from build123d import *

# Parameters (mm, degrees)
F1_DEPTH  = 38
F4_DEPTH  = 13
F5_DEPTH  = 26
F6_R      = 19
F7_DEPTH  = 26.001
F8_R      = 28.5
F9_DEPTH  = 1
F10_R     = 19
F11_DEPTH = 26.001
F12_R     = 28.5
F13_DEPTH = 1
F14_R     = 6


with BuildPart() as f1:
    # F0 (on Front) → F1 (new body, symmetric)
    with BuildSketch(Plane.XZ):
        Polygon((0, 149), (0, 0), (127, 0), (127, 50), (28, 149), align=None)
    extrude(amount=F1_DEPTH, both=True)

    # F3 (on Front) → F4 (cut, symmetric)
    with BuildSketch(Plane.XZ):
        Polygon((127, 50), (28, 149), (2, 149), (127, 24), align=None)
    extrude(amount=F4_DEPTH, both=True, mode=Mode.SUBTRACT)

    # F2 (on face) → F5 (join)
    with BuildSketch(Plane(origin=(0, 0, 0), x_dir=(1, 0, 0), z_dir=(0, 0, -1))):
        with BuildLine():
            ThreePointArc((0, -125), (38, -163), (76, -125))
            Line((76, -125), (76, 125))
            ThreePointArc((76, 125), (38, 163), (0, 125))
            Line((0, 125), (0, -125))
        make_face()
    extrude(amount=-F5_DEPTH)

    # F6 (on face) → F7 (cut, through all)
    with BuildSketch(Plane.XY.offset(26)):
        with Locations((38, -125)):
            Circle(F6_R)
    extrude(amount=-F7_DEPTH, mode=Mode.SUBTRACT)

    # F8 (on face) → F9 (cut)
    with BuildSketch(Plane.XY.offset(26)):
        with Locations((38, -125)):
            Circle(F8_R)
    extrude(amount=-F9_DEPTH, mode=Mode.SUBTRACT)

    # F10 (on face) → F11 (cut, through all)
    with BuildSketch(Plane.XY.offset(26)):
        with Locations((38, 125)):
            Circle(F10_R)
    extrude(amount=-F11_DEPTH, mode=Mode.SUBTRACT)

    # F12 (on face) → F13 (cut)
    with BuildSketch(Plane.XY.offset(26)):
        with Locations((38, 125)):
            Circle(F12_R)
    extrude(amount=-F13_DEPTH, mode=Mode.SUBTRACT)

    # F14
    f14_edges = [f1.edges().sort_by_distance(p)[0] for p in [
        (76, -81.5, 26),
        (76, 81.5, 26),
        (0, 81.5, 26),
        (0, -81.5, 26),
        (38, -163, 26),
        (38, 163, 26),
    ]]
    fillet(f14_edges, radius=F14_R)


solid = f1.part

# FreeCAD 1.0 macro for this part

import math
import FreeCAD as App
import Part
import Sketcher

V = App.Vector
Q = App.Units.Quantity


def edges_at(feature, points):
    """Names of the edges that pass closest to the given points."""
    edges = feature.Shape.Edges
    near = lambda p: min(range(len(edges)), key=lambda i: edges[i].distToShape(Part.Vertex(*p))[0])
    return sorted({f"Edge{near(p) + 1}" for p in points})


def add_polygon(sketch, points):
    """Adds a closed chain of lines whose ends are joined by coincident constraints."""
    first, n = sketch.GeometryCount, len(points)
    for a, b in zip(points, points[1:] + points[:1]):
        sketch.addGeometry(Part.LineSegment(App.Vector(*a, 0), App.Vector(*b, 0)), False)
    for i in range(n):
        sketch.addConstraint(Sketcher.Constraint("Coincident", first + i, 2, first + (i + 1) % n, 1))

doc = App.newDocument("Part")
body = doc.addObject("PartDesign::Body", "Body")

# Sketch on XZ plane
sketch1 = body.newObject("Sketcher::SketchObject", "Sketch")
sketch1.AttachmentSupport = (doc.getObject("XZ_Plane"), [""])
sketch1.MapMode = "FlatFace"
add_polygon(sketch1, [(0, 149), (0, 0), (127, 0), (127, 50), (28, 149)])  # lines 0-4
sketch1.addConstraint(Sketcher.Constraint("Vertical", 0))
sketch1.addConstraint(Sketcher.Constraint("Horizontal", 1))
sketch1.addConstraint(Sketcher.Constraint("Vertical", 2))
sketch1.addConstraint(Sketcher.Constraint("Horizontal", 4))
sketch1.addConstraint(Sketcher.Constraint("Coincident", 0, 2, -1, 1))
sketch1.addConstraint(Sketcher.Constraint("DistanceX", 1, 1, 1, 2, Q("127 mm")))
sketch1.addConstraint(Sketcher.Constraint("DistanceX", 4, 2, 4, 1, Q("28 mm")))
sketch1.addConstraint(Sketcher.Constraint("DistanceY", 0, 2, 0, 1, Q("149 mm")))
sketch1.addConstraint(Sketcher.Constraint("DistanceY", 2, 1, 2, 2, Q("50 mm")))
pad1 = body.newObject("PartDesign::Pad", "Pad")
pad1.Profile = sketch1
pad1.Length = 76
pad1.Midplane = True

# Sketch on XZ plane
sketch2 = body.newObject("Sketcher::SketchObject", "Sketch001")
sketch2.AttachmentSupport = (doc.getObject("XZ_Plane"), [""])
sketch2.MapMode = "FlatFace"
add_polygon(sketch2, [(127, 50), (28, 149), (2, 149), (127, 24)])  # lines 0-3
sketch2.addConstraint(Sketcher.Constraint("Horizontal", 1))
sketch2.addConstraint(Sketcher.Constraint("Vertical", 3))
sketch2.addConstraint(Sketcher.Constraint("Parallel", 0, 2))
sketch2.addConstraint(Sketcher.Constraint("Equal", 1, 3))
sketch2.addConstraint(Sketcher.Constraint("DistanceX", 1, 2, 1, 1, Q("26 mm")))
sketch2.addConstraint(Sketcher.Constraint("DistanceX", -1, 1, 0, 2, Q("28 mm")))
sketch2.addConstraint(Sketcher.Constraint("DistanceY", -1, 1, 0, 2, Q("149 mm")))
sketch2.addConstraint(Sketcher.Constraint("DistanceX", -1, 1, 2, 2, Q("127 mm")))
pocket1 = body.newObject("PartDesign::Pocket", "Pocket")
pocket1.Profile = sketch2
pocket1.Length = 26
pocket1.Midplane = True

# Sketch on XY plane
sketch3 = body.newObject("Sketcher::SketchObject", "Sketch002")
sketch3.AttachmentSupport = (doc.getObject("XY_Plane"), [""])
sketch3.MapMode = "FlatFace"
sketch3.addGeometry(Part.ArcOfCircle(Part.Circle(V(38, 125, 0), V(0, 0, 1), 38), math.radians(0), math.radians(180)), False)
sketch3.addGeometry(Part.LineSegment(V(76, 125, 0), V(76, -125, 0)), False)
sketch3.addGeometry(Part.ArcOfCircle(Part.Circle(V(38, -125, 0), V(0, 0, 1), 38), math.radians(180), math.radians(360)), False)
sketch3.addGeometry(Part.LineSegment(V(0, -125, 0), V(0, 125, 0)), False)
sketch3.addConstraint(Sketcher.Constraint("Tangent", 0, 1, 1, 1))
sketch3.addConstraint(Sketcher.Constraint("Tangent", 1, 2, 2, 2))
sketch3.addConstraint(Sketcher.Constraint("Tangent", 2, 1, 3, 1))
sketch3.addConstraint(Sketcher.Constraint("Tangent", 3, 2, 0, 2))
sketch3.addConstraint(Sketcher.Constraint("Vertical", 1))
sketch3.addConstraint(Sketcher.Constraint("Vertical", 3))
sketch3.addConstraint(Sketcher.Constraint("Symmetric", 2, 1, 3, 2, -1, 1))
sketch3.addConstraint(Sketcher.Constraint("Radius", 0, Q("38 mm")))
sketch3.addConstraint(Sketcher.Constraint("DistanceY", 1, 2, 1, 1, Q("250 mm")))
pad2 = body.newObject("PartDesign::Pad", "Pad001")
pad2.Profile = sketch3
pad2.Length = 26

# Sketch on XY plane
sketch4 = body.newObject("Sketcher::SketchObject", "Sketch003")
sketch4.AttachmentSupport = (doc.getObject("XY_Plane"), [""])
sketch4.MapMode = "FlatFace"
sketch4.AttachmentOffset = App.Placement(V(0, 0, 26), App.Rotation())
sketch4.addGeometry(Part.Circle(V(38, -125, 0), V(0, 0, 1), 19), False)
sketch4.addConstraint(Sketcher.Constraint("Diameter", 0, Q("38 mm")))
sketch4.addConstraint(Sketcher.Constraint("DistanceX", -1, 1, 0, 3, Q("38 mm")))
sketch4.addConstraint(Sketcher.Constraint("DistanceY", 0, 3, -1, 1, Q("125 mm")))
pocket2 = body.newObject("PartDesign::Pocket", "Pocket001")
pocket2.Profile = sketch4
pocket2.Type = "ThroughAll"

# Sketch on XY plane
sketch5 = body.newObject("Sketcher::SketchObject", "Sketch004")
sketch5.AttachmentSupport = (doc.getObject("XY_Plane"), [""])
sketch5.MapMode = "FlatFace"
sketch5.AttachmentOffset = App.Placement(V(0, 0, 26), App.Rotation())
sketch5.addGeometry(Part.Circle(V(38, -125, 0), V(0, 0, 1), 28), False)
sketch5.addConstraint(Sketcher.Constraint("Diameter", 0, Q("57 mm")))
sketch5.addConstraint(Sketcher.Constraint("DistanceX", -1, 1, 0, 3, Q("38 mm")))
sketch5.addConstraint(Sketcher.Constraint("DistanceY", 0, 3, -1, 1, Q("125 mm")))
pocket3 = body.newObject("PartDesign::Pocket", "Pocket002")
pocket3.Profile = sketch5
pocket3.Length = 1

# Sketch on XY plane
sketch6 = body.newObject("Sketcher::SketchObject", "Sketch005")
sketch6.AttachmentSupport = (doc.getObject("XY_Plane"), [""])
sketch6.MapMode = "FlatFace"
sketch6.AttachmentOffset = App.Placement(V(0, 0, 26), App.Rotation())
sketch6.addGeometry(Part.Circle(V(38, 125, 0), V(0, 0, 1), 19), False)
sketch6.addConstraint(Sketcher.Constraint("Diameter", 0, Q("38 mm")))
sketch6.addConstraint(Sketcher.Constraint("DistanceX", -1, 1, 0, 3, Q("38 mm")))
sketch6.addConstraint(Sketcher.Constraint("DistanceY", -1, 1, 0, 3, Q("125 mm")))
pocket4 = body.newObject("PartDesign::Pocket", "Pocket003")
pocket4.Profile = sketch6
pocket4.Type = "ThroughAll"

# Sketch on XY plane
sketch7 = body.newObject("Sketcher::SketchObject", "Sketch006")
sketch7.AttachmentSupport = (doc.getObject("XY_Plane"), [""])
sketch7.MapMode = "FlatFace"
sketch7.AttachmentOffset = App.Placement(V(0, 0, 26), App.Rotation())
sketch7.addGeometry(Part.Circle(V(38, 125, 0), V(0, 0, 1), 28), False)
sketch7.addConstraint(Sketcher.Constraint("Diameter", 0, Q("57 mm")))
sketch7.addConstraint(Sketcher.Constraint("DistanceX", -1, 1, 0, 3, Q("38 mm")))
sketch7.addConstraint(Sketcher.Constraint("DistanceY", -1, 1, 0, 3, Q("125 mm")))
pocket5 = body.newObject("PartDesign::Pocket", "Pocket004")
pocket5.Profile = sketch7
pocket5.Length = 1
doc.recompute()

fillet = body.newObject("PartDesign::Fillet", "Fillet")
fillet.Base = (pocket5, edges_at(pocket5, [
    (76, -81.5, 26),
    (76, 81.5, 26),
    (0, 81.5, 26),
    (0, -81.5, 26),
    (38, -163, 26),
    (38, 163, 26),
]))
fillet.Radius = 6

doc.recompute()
■ ■ ■ ■ ■ ■ ■
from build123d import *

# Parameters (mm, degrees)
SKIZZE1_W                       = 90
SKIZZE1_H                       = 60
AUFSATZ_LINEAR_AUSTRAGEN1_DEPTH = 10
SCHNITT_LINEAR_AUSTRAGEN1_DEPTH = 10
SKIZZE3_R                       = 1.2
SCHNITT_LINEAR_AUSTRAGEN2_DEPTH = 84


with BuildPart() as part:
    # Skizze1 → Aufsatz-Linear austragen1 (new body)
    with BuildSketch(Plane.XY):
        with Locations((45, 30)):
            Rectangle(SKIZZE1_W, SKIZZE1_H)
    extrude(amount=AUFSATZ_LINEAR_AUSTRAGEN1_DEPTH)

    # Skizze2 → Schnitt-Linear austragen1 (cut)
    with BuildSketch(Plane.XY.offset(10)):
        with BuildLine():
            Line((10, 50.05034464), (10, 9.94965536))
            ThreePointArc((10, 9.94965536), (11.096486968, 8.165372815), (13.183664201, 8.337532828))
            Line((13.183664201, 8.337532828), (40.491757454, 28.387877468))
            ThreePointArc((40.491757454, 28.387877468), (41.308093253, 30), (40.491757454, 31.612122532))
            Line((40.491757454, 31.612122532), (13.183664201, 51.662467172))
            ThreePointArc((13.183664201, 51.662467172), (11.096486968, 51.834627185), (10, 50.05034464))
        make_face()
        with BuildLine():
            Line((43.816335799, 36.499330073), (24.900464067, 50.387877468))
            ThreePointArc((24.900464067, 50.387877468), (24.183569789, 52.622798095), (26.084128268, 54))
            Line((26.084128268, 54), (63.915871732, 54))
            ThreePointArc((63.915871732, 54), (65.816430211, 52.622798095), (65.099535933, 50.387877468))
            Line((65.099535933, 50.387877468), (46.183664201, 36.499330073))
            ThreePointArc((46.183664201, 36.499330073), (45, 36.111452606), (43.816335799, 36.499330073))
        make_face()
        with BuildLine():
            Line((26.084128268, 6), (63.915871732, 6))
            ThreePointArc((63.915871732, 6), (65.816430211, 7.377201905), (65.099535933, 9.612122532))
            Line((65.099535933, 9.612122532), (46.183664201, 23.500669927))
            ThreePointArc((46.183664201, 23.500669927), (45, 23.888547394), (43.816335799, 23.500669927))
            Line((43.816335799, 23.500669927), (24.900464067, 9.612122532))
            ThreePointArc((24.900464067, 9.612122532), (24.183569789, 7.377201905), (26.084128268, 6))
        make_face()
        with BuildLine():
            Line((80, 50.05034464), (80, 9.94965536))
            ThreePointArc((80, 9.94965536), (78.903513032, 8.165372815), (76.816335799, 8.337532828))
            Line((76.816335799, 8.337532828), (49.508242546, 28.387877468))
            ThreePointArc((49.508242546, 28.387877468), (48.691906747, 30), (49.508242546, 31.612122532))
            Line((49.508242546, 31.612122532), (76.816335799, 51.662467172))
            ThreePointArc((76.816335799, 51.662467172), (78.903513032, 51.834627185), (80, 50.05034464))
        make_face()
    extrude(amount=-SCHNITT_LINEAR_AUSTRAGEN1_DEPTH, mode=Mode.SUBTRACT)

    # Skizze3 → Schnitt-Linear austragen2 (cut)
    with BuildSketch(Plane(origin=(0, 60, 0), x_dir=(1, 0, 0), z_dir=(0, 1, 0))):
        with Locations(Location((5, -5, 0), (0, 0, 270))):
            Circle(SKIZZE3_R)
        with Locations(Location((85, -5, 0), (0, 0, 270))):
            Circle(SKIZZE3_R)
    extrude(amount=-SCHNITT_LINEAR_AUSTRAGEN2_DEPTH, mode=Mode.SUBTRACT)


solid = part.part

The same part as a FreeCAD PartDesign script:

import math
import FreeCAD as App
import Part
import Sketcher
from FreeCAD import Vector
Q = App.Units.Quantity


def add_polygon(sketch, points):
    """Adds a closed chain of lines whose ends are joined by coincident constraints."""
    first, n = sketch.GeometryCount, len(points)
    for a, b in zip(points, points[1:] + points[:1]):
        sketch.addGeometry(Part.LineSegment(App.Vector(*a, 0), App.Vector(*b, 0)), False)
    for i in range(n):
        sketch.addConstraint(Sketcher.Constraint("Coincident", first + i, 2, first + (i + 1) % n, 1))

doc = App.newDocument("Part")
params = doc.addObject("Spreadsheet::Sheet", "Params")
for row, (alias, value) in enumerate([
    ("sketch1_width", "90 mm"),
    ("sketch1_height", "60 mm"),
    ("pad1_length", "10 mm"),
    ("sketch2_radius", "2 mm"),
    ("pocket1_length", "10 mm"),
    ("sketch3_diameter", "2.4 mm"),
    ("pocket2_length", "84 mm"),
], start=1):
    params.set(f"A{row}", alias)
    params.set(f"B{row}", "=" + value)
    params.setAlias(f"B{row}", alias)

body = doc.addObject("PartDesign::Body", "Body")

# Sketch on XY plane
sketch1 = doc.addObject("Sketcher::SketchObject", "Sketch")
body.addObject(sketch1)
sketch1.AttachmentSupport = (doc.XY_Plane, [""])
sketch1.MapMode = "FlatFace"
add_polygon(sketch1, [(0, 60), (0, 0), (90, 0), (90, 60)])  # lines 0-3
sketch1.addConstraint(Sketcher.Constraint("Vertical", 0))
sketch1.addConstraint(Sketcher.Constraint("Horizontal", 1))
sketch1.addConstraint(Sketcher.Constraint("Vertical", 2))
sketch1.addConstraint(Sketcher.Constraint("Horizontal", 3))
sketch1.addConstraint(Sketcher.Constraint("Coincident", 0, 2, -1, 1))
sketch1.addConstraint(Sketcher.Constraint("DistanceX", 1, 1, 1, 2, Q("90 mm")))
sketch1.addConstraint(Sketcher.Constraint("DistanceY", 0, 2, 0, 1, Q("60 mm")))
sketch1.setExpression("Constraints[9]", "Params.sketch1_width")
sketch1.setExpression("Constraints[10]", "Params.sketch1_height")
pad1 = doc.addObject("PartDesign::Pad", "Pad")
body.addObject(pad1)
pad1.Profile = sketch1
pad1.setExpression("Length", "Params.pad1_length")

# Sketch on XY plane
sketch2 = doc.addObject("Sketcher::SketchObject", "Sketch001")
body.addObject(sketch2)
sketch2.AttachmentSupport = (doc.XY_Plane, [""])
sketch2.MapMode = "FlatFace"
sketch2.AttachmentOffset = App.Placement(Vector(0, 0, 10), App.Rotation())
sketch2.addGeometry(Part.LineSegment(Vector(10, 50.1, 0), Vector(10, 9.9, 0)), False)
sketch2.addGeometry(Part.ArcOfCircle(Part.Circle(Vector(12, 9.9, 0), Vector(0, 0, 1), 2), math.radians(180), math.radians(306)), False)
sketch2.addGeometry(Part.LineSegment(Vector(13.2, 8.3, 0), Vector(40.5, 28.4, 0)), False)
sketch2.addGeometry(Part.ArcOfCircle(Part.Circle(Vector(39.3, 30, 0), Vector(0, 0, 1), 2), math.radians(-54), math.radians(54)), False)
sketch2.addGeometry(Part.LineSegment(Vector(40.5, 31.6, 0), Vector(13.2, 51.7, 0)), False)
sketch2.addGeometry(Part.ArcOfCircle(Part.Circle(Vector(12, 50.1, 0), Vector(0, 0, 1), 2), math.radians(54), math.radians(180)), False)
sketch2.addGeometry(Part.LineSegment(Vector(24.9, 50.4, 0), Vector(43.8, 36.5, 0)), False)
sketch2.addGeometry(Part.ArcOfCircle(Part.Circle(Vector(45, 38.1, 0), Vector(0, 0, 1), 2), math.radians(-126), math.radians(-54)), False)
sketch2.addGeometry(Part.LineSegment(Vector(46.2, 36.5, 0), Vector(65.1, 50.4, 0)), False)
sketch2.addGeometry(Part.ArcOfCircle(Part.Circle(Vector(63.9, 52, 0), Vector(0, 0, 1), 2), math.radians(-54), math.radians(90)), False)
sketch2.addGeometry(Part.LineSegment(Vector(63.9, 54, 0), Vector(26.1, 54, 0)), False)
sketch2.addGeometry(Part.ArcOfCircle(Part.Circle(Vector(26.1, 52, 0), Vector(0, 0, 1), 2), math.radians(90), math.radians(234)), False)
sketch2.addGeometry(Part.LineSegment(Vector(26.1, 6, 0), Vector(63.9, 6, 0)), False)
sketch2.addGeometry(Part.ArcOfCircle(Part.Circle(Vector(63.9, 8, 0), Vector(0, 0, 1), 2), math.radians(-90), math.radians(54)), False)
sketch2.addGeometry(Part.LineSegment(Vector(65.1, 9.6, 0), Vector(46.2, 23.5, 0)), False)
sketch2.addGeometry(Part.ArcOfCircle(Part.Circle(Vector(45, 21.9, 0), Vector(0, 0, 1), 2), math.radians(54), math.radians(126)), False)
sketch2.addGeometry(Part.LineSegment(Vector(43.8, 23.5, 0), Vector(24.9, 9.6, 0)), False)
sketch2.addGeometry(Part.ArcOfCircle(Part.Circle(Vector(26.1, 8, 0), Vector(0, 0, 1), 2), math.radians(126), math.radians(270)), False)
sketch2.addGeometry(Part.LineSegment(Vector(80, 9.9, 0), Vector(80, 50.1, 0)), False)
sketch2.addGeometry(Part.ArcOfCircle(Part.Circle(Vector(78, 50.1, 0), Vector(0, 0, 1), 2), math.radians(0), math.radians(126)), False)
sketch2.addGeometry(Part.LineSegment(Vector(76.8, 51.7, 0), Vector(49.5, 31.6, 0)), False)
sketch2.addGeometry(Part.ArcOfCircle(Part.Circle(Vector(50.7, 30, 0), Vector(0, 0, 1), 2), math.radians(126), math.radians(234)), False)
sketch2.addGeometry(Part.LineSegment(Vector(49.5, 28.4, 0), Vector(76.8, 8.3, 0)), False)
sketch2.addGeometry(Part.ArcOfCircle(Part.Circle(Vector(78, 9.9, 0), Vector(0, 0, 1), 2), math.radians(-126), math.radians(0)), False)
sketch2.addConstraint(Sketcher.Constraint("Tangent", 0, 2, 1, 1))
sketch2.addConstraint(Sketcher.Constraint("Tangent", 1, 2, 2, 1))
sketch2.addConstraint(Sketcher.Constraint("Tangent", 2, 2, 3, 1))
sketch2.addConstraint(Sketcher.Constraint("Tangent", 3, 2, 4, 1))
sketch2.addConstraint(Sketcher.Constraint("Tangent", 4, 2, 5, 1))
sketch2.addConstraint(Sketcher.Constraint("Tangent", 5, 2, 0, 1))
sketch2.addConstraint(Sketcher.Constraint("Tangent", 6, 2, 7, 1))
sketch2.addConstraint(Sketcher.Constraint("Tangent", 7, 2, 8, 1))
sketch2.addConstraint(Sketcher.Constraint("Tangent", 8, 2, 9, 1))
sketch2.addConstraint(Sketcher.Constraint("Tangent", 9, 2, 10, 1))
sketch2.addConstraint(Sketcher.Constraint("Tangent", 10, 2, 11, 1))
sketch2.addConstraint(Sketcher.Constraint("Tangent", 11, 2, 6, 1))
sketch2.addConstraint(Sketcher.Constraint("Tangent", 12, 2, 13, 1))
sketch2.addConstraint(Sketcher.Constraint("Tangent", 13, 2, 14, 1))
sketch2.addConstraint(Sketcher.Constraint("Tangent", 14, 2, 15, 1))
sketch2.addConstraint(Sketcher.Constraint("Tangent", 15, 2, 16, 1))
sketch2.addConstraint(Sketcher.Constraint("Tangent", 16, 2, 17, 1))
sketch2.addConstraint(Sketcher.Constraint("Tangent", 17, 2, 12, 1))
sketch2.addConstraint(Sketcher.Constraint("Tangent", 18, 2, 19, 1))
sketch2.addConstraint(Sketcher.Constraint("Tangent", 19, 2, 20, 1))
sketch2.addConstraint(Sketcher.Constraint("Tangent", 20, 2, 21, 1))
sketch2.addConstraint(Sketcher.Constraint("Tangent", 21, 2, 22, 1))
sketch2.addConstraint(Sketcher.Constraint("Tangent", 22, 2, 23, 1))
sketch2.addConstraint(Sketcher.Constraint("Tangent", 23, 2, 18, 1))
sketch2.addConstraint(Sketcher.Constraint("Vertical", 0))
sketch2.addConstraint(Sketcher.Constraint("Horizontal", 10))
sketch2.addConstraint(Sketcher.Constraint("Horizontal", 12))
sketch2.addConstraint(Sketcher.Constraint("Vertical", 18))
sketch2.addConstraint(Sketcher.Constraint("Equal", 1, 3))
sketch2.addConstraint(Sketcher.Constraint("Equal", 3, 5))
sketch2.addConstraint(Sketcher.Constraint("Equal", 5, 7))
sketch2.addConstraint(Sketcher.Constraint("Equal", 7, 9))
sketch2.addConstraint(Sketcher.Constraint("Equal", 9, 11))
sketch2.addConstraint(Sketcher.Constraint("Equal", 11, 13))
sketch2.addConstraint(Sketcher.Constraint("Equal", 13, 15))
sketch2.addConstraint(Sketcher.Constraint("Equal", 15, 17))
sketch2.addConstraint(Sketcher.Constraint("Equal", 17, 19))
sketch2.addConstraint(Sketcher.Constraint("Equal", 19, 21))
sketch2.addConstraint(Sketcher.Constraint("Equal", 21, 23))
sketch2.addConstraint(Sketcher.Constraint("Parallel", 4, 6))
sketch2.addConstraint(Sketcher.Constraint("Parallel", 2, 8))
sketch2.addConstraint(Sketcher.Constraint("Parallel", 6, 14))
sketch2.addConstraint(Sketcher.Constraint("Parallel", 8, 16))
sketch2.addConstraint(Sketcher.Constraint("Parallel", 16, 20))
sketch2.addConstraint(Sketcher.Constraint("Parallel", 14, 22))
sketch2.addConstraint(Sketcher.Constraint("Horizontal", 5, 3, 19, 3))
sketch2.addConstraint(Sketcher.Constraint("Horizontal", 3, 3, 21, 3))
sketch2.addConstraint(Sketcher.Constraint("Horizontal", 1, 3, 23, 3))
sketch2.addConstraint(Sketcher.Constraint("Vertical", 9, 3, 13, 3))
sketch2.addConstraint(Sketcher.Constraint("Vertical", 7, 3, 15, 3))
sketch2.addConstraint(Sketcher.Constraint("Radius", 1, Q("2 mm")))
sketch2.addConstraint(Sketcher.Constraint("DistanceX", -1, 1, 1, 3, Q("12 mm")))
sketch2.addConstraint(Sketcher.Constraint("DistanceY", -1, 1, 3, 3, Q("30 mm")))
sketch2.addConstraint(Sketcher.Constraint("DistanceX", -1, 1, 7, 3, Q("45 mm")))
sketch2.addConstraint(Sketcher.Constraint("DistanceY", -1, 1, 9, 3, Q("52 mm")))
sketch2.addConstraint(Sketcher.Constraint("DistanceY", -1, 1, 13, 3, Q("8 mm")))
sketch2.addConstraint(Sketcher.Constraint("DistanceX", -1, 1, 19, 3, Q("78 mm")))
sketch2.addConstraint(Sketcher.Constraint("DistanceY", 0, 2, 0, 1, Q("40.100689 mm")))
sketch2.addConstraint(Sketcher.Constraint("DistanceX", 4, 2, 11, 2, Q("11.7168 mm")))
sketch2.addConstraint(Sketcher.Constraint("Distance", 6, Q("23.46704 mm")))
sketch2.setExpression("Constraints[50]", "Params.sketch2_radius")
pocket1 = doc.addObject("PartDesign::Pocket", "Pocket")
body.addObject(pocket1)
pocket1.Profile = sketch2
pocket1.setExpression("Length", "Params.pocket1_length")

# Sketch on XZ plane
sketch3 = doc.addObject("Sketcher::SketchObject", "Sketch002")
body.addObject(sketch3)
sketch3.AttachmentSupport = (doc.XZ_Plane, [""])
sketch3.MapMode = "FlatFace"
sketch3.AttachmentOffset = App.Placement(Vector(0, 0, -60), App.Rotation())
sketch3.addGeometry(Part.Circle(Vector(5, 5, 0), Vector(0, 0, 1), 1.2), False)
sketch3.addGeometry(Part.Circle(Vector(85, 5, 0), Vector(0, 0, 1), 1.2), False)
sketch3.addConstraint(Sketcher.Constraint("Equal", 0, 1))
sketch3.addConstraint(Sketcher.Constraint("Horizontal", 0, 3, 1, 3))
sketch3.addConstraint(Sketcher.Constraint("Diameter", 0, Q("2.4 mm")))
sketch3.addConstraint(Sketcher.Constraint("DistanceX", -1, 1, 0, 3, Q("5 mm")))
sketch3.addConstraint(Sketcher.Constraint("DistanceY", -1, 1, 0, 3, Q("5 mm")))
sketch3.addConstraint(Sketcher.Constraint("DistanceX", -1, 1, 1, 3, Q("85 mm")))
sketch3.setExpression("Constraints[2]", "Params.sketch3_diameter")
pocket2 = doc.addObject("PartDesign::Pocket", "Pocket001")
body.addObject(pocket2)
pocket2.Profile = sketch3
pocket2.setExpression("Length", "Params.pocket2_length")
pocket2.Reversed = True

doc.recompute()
■ ■ ■ ■ ■ ■ ■
**PROBLEM:**
Take every line from the data above that holds "origin" and copy it out.

**ANSWER TO THIS PROBLEM:**
    with BuildSketch(Plane(origin=(0, 0, 0), x_dir=(1, 0, 0), z_dir=(0, 0, -1))):
    with BuildSketch(Plane(origin=(0, 60, 0), x_dir=(1, 0, 0), z_dir=(0, 1, 0))):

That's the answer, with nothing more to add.